(Stored records)

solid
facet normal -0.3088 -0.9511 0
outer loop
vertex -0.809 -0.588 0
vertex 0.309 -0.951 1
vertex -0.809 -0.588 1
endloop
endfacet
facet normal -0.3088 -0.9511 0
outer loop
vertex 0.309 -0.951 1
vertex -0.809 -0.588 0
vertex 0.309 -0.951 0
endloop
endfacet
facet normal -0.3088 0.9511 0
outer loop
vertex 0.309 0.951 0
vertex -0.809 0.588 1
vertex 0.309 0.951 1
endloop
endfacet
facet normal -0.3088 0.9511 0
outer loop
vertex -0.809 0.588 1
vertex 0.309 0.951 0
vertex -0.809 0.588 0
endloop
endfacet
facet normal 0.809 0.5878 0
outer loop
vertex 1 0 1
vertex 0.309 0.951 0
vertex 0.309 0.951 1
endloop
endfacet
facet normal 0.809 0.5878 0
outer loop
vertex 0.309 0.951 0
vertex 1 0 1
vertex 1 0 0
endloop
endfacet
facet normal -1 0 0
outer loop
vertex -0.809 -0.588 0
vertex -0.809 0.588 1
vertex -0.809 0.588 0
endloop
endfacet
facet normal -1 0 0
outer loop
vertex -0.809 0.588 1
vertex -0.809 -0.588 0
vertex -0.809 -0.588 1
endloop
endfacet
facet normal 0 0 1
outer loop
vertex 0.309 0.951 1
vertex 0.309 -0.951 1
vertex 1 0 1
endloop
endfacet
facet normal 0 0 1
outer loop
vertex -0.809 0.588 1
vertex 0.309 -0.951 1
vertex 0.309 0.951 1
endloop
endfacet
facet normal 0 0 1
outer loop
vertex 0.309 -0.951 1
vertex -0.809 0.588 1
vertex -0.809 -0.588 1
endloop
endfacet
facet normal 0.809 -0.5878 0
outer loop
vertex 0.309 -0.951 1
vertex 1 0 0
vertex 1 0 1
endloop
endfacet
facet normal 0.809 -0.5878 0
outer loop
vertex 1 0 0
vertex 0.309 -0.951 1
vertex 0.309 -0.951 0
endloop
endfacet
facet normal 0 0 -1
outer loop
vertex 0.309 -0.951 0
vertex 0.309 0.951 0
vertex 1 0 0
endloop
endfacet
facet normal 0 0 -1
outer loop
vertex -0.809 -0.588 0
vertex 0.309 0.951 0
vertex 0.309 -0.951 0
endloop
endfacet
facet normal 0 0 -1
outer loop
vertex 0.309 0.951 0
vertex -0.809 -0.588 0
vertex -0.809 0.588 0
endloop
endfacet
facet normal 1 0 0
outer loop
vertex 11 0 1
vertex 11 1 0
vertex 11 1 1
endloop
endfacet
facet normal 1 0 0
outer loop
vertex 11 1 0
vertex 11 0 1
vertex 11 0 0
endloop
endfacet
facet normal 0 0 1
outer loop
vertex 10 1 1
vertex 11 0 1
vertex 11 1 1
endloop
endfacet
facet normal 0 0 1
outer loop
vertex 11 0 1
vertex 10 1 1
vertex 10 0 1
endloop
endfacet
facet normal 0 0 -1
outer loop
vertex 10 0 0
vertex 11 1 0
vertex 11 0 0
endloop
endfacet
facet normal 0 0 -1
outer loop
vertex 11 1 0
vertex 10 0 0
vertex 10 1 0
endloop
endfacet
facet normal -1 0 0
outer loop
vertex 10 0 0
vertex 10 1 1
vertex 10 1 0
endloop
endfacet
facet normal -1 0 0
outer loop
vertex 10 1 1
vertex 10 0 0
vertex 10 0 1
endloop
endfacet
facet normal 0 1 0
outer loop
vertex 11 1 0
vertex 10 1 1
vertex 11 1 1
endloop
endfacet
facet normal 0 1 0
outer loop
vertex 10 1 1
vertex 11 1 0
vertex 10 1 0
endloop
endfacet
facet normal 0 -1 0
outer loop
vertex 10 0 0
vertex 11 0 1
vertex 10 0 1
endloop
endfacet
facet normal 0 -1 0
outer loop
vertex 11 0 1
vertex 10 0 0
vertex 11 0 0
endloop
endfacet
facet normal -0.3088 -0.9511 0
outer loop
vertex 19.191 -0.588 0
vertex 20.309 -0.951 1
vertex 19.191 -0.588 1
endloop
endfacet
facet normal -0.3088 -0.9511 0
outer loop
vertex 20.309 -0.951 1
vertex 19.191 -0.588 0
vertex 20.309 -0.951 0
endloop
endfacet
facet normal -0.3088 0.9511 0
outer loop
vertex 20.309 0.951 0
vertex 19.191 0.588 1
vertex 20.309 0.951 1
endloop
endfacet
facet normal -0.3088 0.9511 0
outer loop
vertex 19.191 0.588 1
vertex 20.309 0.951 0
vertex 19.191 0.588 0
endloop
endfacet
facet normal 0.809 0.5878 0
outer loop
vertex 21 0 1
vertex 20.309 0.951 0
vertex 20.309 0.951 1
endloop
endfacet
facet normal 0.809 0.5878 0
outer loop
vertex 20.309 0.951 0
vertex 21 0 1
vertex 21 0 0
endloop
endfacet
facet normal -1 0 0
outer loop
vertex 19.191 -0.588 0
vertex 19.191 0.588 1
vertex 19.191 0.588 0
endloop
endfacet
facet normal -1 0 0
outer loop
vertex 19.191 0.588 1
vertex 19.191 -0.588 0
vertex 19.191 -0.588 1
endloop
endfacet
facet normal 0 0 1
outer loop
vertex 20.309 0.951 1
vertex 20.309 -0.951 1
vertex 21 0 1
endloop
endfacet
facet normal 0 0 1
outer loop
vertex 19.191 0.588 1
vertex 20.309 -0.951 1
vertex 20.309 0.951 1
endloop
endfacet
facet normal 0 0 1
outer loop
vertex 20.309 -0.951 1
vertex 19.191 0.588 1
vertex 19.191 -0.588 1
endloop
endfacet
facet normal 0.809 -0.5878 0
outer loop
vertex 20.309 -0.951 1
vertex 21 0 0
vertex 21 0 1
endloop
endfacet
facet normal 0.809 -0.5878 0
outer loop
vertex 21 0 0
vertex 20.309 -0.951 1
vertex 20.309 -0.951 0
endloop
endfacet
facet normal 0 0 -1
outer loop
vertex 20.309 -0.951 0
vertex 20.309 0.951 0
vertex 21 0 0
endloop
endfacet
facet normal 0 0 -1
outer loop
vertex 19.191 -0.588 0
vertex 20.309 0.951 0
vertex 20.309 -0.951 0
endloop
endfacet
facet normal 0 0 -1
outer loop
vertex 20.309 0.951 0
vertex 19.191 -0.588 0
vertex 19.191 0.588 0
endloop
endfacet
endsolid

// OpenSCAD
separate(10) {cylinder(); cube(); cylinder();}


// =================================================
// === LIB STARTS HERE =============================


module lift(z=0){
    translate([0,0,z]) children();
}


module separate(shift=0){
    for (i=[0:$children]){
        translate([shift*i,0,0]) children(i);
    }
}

...

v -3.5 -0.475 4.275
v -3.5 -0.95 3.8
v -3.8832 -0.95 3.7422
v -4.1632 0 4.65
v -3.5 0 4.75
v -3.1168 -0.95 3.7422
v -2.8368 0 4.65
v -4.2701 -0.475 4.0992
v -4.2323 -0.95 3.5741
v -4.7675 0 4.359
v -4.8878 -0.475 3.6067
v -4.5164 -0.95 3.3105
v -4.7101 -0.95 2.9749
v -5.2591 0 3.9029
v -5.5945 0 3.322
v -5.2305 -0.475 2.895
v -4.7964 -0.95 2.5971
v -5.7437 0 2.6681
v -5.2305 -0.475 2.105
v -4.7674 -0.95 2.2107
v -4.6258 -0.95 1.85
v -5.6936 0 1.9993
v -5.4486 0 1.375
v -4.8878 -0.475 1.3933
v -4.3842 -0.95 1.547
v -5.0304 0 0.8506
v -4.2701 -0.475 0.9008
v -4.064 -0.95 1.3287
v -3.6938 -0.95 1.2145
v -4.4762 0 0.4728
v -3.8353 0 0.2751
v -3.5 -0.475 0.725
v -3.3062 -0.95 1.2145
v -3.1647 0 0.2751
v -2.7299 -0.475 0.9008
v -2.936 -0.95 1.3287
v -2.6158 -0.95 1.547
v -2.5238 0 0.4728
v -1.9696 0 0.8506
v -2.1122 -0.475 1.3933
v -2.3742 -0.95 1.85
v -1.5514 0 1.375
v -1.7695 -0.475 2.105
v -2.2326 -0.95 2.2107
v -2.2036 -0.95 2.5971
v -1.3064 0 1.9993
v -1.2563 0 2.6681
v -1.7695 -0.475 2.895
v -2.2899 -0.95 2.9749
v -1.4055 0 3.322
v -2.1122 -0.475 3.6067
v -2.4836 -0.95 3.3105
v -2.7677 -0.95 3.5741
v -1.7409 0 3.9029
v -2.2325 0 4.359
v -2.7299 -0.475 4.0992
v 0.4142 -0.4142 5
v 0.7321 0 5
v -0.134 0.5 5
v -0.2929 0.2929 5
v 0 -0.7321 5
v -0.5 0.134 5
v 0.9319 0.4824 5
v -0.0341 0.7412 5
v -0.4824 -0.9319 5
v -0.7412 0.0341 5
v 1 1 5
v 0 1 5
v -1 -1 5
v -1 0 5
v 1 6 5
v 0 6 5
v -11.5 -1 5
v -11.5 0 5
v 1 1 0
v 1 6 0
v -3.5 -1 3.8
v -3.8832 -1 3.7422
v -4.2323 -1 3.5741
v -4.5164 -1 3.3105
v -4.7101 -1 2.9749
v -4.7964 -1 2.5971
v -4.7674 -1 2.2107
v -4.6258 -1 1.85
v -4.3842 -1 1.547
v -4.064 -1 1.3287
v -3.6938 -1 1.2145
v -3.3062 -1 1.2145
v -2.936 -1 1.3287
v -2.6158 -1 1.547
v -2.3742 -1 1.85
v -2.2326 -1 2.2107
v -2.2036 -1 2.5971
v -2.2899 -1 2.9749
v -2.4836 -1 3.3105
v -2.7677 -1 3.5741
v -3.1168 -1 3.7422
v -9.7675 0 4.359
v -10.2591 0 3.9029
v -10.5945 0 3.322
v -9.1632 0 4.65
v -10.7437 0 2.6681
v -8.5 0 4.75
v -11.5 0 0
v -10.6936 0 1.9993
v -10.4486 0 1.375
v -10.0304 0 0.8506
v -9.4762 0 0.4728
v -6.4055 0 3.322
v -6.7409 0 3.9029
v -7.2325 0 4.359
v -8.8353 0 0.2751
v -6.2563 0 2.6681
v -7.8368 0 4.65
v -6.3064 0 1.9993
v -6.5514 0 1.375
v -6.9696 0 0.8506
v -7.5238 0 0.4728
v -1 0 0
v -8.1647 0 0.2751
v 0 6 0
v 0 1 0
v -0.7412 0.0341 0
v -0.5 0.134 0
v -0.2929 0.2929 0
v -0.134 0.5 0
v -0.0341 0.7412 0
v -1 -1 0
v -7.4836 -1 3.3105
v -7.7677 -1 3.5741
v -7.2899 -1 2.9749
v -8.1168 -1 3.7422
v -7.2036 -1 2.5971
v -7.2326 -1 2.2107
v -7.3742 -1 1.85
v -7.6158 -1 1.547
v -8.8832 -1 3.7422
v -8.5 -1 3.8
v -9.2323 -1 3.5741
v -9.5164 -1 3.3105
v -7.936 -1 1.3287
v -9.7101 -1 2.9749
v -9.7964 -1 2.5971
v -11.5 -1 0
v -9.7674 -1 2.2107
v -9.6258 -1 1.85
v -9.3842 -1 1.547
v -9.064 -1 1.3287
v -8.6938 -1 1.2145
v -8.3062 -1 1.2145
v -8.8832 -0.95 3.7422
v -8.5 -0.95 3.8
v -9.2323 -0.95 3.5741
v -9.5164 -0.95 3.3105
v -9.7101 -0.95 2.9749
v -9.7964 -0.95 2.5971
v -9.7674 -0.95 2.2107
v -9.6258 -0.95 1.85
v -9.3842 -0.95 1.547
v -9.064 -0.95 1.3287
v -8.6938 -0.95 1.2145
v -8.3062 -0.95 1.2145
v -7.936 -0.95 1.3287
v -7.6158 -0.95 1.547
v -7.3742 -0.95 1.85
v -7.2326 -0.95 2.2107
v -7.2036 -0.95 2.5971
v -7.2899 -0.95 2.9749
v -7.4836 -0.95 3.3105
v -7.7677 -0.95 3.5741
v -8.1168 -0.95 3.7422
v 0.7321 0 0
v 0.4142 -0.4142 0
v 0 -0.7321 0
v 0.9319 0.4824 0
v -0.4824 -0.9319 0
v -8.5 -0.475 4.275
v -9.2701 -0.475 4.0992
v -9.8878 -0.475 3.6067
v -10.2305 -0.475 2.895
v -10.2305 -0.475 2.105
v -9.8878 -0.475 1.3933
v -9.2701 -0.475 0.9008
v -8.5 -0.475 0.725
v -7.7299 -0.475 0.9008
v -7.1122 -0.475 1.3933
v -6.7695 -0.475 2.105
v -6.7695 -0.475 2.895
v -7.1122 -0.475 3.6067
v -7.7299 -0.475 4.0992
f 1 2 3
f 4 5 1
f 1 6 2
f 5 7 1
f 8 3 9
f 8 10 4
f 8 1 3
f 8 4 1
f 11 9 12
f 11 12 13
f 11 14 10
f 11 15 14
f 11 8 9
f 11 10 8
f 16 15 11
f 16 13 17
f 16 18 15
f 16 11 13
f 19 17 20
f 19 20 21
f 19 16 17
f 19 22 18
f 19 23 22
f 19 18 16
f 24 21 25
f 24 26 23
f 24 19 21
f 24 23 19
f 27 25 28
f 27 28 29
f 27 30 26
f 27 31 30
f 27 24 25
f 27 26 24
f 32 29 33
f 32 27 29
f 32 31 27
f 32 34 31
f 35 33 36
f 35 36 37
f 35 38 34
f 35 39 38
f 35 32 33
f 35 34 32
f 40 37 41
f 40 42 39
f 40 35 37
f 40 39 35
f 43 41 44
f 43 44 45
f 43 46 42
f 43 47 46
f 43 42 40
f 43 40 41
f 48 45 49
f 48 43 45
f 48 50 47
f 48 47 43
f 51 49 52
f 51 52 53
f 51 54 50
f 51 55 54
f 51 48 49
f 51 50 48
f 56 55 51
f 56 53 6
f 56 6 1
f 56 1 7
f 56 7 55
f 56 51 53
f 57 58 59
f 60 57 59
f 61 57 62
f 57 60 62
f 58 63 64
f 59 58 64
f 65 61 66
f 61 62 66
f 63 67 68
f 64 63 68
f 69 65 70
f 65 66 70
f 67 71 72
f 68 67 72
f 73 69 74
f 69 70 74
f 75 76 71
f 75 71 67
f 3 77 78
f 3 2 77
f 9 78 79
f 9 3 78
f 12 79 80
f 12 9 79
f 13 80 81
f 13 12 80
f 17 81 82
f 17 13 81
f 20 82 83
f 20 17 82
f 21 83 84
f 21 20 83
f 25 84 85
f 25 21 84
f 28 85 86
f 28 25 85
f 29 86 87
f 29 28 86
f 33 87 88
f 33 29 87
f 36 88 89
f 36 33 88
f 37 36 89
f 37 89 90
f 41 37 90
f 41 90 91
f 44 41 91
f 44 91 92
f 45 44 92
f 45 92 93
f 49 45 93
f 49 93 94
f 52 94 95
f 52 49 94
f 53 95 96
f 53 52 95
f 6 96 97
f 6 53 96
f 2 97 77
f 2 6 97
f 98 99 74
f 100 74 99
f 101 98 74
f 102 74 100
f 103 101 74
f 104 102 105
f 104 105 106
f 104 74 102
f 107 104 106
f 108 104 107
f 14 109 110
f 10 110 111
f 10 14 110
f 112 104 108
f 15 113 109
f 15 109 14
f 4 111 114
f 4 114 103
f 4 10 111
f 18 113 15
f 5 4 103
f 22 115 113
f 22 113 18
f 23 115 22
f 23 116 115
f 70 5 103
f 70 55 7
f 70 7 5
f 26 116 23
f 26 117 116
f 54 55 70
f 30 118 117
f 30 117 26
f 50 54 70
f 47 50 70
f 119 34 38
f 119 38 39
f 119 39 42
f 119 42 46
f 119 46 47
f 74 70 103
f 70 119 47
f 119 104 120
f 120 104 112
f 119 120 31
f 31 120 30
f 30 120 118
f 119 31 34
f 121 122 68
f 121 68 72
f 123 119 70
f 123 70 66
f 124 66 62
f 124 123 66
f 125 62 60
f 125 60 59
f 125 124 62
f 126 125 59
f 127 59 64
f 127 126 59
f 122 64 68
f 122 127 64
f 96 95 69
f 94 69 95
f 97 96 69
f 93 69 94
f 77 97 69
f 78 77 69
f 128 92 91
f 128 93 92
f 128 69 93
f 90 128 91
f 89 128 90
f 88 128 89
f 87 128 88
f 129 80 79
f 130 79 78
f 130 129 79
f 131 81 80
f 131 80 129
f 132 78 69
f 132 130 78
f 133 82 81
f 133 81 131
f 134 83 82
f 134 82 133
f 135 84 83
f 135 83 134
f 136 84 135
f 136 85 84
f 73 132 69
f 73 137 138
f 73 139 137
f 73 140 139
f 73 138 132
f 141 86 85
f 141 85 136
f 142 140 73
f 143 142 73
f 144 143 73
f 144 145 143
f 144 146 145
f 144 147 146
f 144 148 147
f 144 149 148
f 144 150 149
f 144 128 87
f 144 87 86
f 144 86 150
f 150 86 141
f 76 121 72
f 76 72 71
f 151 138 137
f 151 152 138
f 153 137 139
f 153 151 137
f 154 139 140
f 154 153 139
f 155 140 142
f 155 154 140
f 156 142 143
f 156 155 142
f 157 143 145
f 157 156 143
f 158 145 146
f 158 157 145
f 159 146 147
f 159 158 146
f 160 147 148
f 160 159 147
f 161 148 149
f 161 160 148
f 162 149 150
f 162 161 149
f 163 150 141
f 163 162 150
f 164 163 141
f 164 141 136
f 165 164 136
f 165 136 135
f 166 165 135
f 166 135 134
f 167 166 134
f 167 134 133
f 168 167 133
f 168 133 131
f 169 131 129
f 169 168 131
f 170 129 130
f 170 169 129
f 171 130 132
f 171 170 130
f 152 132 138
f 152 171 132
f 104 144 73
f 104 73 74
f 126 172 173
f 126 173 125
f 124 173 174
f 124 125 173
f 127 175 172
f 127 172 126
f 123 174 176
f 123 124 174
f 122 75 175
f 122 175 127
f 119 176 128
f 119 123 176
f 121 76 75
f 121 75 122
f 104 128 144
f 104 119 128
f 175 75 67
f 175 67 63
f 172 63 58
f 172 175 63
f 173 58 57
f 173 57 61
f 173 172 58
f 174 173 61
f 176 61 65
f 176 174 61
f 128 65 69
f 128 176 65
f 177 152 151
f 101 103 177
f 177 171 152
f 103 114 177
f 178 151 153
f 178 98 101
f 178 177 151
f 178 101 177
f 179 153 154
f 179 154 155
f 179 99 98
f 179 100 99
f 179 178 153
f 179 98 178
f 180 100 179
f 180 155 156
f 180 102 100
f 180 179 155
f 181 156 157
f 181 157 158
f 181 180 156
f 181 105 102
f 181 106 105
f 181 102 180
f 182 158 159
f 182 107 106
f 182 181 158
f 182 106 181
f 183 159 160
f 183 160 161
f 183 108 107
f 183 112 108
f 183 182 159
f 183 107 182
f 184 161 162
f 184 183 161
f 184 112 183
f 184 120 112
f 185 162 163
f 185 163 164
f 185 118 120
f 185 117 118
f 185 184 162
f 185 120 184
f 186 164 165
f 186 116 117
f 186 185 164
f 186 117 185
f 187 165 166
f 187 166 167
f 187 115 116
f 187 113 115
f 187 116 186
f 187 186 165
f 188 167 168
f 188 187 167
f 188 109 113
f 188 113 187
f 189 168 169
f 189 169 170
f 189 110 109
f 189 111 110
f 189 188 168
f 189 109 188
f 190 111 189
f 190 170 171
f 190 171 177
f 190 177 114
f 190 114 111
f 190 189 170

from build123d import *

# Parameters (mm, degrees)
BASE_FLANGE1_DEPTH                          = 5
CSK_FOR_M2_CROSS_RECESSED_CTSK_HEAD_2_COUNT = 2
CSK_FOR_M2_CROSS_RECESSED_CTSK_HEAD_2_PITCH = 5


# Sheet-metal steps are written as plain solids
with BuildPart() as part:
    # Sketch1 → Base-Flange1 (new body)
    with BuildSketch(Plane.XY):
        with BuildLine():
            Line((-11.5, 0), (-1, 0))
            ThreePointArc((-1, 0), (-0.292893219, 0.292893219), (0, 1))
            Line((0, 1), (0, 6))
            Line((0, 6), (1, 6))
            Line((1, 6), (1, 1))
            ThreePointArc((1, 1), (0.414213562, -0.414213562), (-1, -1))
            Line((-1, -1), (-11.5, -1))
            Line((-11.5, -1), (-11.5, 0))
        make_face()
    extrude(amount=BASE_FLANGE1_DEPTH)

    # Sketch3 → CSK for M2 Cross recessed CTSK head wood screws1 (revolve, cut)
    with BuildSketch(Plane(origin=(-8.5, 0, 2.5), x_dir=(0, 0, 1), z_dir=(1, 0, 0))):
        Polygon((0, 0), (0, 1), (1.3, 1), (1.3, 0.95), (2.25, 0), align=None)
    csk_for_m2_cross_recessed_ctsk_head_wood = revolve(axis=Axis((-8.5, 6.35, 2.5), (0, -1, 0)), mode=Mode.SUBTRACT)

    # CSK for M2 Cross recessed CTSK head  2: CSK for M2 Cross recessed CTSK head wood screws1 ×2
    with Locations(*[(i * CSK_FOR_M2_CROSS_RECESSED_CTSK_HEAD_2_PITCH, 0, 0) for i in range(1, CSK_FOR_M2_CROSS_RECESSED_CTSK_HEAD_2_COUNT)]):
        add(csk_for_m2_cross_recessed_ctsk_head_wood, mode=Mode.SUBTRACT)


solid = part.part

**Problem description**:
Transcribe the lines above between the line holding "f 107 104 106" and the line holding "f 119 104 120", inclusive, exactly as they stand and with nothing added.

**Response**:
f 107 104 106
f 108 104 107
f 14 109 110
f 10 110 111
f 10 14 110
f 112 104 108
f 15 113 109
f 15 109 14
f 4 111 114
f 4 114 103
f 4 10 111
f 18 113 15
f 5 4 103
f 22 115 113
f 22 113 18
f 23 115 22
f 23 116 115
f 70 5 103
f 70 55 7
f 70 7 5
f 26 116 23
f 26 117 116
f 54 55 70
f 30 118 117
f 30 117 26
f 50 54 70
f 47 50 70
f 119 34 38
f 119 38 39
f 119 39 42
f 119 42 46
f 119 46 47
f 74 70 103
f 70 119 47
f 119 104 120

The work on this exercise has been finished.